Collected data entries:

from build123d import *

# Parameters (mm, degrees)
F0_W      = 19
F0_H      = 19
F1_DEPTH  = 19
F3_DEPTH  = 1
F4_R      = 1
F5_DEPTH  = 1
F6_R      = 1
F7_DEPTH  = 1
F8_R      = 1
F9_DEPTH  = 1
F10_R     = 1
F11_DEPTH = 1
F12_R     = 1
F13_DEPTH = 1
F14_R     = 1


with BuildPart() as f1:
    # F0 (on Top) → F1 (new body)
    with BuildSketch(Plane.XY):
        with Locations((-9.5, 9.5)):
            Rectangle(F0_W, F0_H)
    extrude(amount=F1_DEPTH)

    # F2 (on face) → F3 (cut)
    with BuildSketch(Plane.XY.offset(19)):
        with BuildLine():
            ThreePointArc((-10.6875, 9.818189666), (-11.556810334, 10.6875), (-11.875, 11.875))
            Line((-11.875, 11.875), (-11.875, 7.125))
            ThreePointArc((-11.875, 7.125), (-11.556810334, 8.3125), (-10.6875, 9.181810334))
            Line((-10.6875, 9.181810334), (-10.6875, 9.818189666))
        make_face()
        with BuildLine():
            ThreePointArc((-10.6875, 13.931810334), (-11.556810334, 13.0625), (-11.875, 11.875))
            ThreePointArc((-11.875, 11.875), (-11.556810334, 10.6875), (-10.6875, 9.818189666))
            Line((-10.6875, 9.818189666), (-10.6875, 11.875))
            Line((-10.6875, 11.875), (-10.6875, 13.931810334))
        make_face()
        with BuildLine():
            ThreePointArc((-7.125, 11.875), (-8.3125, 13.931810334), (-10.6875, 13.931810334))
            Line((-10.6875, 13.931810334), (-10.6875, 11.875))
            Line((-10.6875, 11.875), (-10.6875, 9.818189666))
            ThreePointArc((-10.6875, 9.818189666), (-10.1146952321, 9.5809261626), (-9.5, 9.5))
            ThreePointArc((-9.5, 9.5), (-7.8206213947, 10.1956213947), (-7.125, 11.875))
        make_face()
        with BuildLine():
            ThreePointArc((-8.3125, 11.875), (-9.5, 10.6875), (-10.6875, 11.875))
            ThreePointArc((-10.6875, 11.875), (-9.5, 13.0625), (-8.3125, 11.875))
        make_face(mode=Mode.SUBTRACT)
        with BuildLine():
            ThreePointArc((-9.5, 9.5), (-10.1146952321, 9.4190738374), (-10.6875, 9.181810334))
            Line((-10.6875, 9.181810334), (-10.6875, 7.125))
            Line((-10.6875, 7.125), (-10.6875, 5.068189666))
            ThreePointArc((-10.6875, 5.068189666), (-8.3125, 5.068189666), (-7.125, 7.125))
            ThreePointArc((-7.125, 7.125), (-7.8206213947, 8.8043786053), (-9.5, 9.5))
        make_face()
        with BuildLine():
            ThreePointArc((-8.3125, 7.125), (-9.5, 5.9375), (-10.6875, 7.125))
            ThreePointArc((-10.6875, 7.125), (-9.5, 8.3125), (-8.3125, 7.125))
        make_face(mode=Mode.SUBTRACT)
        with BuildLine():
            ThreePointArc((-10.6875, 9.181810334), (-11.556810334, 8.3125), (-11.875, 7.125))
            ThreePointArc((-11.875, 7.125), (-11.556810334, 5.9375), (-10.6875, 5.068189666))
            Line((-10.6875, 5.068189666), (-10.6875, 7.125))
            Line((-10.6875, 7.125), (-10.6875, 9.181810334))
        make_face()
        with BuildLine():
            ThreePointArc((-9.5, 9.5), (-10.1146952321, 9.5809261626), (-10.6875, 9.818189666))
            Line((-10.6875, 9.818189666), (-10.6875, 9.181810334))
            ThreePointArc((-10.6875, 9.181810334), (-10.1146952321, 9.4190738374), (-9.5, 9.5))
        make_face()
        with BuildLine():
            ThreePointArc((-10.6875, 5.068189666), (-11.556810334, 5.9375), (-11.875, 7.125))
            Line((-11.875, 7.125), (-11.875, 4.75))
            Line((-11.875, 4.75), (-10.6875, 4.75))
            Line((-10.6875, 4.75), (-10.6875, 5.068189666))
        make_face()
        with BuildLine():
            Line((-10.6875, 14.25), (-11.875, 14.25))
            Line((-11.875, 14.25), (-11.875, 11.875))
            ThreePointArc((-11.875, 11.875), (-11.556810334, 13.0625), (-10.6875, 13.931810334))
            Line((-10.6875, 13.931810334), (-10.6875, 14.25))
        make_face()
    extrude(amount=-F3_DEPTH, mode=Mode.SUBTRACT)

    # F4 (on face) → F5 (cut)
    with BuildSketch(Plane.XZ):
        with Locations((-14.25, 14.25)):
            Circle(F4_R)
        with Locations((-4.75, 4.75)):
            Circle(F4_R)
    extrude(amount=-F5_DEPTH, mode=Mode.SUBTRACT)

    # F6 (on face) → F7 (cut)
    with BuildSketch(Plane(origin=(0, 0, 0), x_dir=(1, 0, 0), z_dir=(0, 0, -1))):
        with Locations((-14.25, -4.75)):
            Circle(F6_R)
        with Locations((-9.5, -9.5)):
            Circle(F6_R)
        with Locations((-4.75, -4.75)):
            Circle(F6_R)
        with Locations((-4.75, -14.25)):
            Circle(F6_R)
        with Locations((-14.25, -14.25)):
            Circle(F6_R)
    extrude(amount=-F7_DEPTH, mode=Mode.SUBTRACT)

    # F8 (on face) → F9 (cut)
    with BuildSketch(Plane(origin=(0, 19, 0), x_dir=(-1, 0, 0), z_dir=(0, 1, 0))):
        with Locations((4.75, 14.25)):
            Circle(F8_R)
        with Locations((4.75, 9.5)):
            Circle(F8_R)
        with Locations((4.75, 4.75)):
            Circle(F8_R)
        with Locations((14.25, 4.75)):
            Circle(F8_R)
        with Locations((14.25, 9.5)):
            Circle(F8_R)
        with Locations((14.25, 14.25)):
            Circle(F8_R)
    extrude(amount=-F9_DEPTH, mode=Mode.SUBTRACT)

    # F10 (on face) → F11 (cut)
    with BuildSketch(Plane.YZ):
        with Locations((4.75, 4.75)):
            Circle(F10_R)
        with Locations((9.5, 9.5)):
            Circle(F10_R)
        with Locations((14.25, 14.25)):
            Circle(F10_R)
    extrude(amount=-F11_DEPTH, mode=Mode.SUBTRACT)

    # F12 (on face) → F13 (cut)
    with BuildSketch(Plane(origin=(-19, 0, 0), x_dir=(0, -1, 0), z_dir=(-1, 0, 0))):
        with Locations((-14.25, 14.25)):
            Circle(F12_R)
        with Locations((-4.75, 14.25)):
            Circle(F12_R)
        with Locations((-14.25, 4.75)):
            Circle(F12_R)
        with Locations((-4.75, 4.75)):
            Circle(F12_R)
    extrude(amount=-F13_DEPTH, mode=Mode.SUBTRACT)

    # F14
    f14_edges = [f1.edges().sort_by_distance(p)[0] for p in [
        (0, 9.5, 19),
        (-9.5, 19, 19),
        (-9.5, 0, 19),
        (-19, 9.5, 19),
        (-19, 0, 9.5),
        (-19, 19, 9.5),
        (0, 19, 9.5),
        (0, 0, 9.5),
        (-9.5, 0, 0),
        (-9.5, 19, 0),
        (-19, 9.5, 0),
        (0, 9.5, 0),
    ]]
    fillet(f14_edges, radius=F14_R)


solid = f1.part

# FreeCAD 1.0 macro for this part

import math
import FreeCAD as App
import Part
import Sketcher

V = App.Vector


def edges_at(feature, points):
    """Names of the edges that pass closest to the given points."""
    edges = feature.Shape.Edges
    near = lambda p: min(range(len(edges)), key=lambda i: edges[i].distToShape(Part.Vertex(*p))[0])
    return sorted({f"Edge{near(p) + 1}" for p in points})


def add_polygon(sketch, points):
    """Adds a closed chain of lines whose ends are joined by coincident constraints."""
    first, n = sketch.GeometryCount, len(points)
    for a, b in zip(points, points[1:] + points[:1]):
        sketch.addGeometry(Part.LineSegment(App.Vector(*a, 0), App.Vector(*b, 0)), False)
    for i in range(n):
        sketch.addConstraint(Sketcher.Constraint("Coincident", first + i, 2, first + (i + 1) % n, 1))

doc = App.newDocument("Part")
body = doc.addObject("PartDesign::Body", "Body")

# Sketch on XY plane
sketch1 = doc.addObject("Sketcher::SketchObject", "Sketch")
body.addObject(sketch1)
sketch1.AttachmentSupport = (doc.XY_Plane, [""])
sketch1.MapMode = "FlatFace"
add_polygon(sketch1, [(-19, 19), (-19, 0), (0, 0), (0, 19)])  # lines 0-3
sketch1.addConstraint(Sketcher.Constraint("Vertical", 0))
sketch1.addConstraint(Sketcher.Constraint("Horizontal", 1))
sketch1.addConstraint(Sketcher.Constraint("Vertical", 2))
sketch1.addConstraint(Sketcher.Constraint("Horizontal", 3))
sketch1.addConstraint(Sketcher.Constraint("Coincident", 1, 2, -1, 1))
sketch1.addConstraint(Sketcher.Constraint("Equal", 3, 0))
sketch1.addConstraint(Sketcher.Constraint("DistanceX", 1, 1, 1, 2, 19.0))
pad1 = doc.addObject("PartDesign::Pad", "Pad")
body.addObject(pad1)
pad1.Profile = sketch1
pad1.Length = 19

# Sketch on XY plane
sketch2 = doc.addObject("Sketcher::SketchObject", "Sketch001")
body.addObject(sketch2)
sketch2.AttachmentSupport = (doc.XY_Plane, [""])
sketch2.MapMode = "FlatFace"
sketch2.AttachmentOffset = App.Placement(V(0, 0, 19), App.Rotation())
sketch2.addGeometry(Part.ArcOfCircle(Part.Circle(V(-9.5, 7.125, 0), V(0, 0, 1), 2.375), math.radians(0), math.radians(90)), False)
sketch2.addGeometry(Part.ArcOfCircle(Part.Circle(V(-9.5, 11.875, 0), V(0, 0, 1), 2.375), math.radians(-90), math.radians(0)), False)
sketch2.addGeometry(Part.ArcOfCircle(Part.Circle(V(-9.5, 11.875, 0), V(0, 0, 1), 2.375), math.radians(0), math.radians(120)), False)
sketch2.addGeometry(Part.LineSegment(V(-10.6875, 13.93181, 0), V(-10.6875, 14.25, 0)), False)
sketch2.addGeometry(Part.LineSegment(V(-10.6875, 14.25, 0), V(-11.875, 14.25, 0)), False)
sketch2.addGeometry(Part.LineSegment(V(-11.875, 14.25, 0), V(-11.875, 4.75, 0)), False)
sketch2.addGeometry(Part.LineSegment(V(-11.875, 4.75, 0), V(-10.6875, 4.75, 0)), False)
sketch2.addGeometry(Part.LineSegment(V(-10.6875, 4.75, 0), V(-10.6875, 5.06819, 0)), False)
sketch2.addGeometry(Part.ArcOfCircle(Part.Circle(V(-9.5, 7.125, 0), V(0, 0, 1), 2.375), math.radians(-120), math.radians(0)), False)
sketch2.addGeometry(Part.Circle(V(-9.5, 7.125, 0), V(0, 0, 1), 1.1875), False)
sketch2.addGeometry(Part.Circle(V(-9.5, 11.875, 0), V(0, 0, 1), 1.1875), False)
sketch2.addConstraint(Sketcher.Constraint("Tangent", 0, 2, 1, 1))
sketch2.addConstraint(Sketcher.Constraint("Tangent", 1, 2, 2, 1))
sketch2.addConstraint(Sketcher.Constraint("Coincident", 2, 2, 3, 1))
sketch2.addConstraint(Sketcher.Constraint("Coincident", 3, 2, 4, 1))
sketch2.addConstraint(Sketcher.Constraint("Coincident", 4, 2, 5, 1))
sketch2.addConstraint(Sketcher.Constraint("Coincident", 5, 2, 6, 1))
sketch2.addConstraint(Sketcher.Constraint("Coincident", 6, 2, 7, 1))
sketch2.addConstraint(Sketcher.Constraint("Coincident", 7, 2, 8, 1))
sketch2.addConstraint(Sketcher.Constraint("Tangent", 8, 2, 0, 1))
sketch2.addConstraint(Sketcher.Constraint("Vertical", 3))
sketch2.addConstraint(Sketcher.Constraint("Horizontal", 4))
sketch2.addConstraint(Sketcher.Constraint("Vertical", 5))
sketch2.addConstraint(Sketcher.Constraint("Horizontal", 6))
sketch2.addConstraint(Sketcher.Constraint("Vertical", 7))
sketch2.addConstraint(Sketcher.Constraint("Coincident", 9, 3, 0, 3))
sketch2.addConstraint(Sketcher.Constraint("Coincident", 10, 3, 1, 3))
sketch2.addConstraint(Sketcher.Constraint("Equal", 0, 1))
sketch2.addConstraint(Sketcher.Constraint("Equal", 1, 2))
sketch2.addConstraint(Sketcher.Constraint("Equal", 2, 8))
sketch2.addConstraint(Sketcher.Constraint("Equal", 9, 10))
sketch2.addConstraint(Sketcher.Constraint("Horizontal", 10, 3, 1, 2))
sketch2.addConstraint(Sketcher.Constraint("Horizontal", 9, 3, 8, 2))
sketch2.addConstraint(Sketcher.Constraint("Vertical", 0, 3, 1, 3))
sketch2.addConstraint(Sketcher.Constraint("Vertical", 3, 2, 6, 2))
sketch2.addConstraint(Sketcher.Constraint("Equal", 3, 7))
sketch2.addConstraint(Sketcher.Constraint("Diameter", 9, 2.375))
sketch2.addConstraint(Sketcher.Constraint("DistanceY", 5, 2, 5, 1, 9.5))
sketch2.addConstraint(Sketcher.Constraint("Radius", 0, 2.375))
sketch2.addConstraint(Sketcher.Constraint("DistanceX", 0, 3, -1, 1, 9.5))
sketch2.addConstraint(Sketcher.Constraint("DistanceY", -1, 1, 0, 2, 9.5))
sketch2.addConstraint(Sketcher.Constraint("DistanceX", 4, 2, 4, 1, 1.1875))
sketch2.addConstraint(Sketcher.Constraint("DistanceX", 4, 2, -1, 1, 11.875))
pocket1 = doc.addObject("PartDesign::Pocket", "Pocket")
body.addObject(pocket1)
pocket1.Profile = sketch2
pocket1.Length = 1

§ **ASSIGNMENT**
Starting with the line that holds "extrude(amount=-F11_DEPTH, mode=Mode.SUBTRACT)" and ending with the line that holds "# FreeCAD 1.0 macro for this part", retype every line in the data above exactly, and nothing else.

§ **WRITTEN REPLY**
    extrude(amount=-F11_DEPTH, mode=Mode.SUBTRACT)

    # F12 (on face) → F13 (cut)
    with BuildSketch(Plane(origin=(-19, 0, 0), x_dir=(0, -1, 0), z_dir=(-1, 0, 0))):
        with Locations((-14.25, 14.25)):
            Circle(F12_R)
        with Locations((-4.75, 14.25)):
            Circle(F12_R)
        with Locations((-14.25, 4.75)):
            Circle(F12_R)
        with Locations((-4.75, 4.75)):
            Circle(F12_R)
    extrude(amount=-F13_DEPTH, mode=Mode.SUBTRACT)

    # F14
    f14_edges = [f1.edges().sort_by_distance(p)[0] for p in [
        (0, 9.5, 19),
        (-9.5, 19, 19),
        (-9.5, 0, 19),
        (-19, 9.5, 19),
        (-19, 0, 9.5),
        (-19, 19, 9.5),
        (0, 19, 9.5),
        (0, 0, 9.5),
        (-9.5, 0, 0),
        (-9.5, 19, 0),
        (-19, 9.5, 0),
        (0, 9.5, 0),
    ]]
    fillet(f14_edges, radius=F14_R)


solid = f1.part

# FreeCAD 1.0 macro for this part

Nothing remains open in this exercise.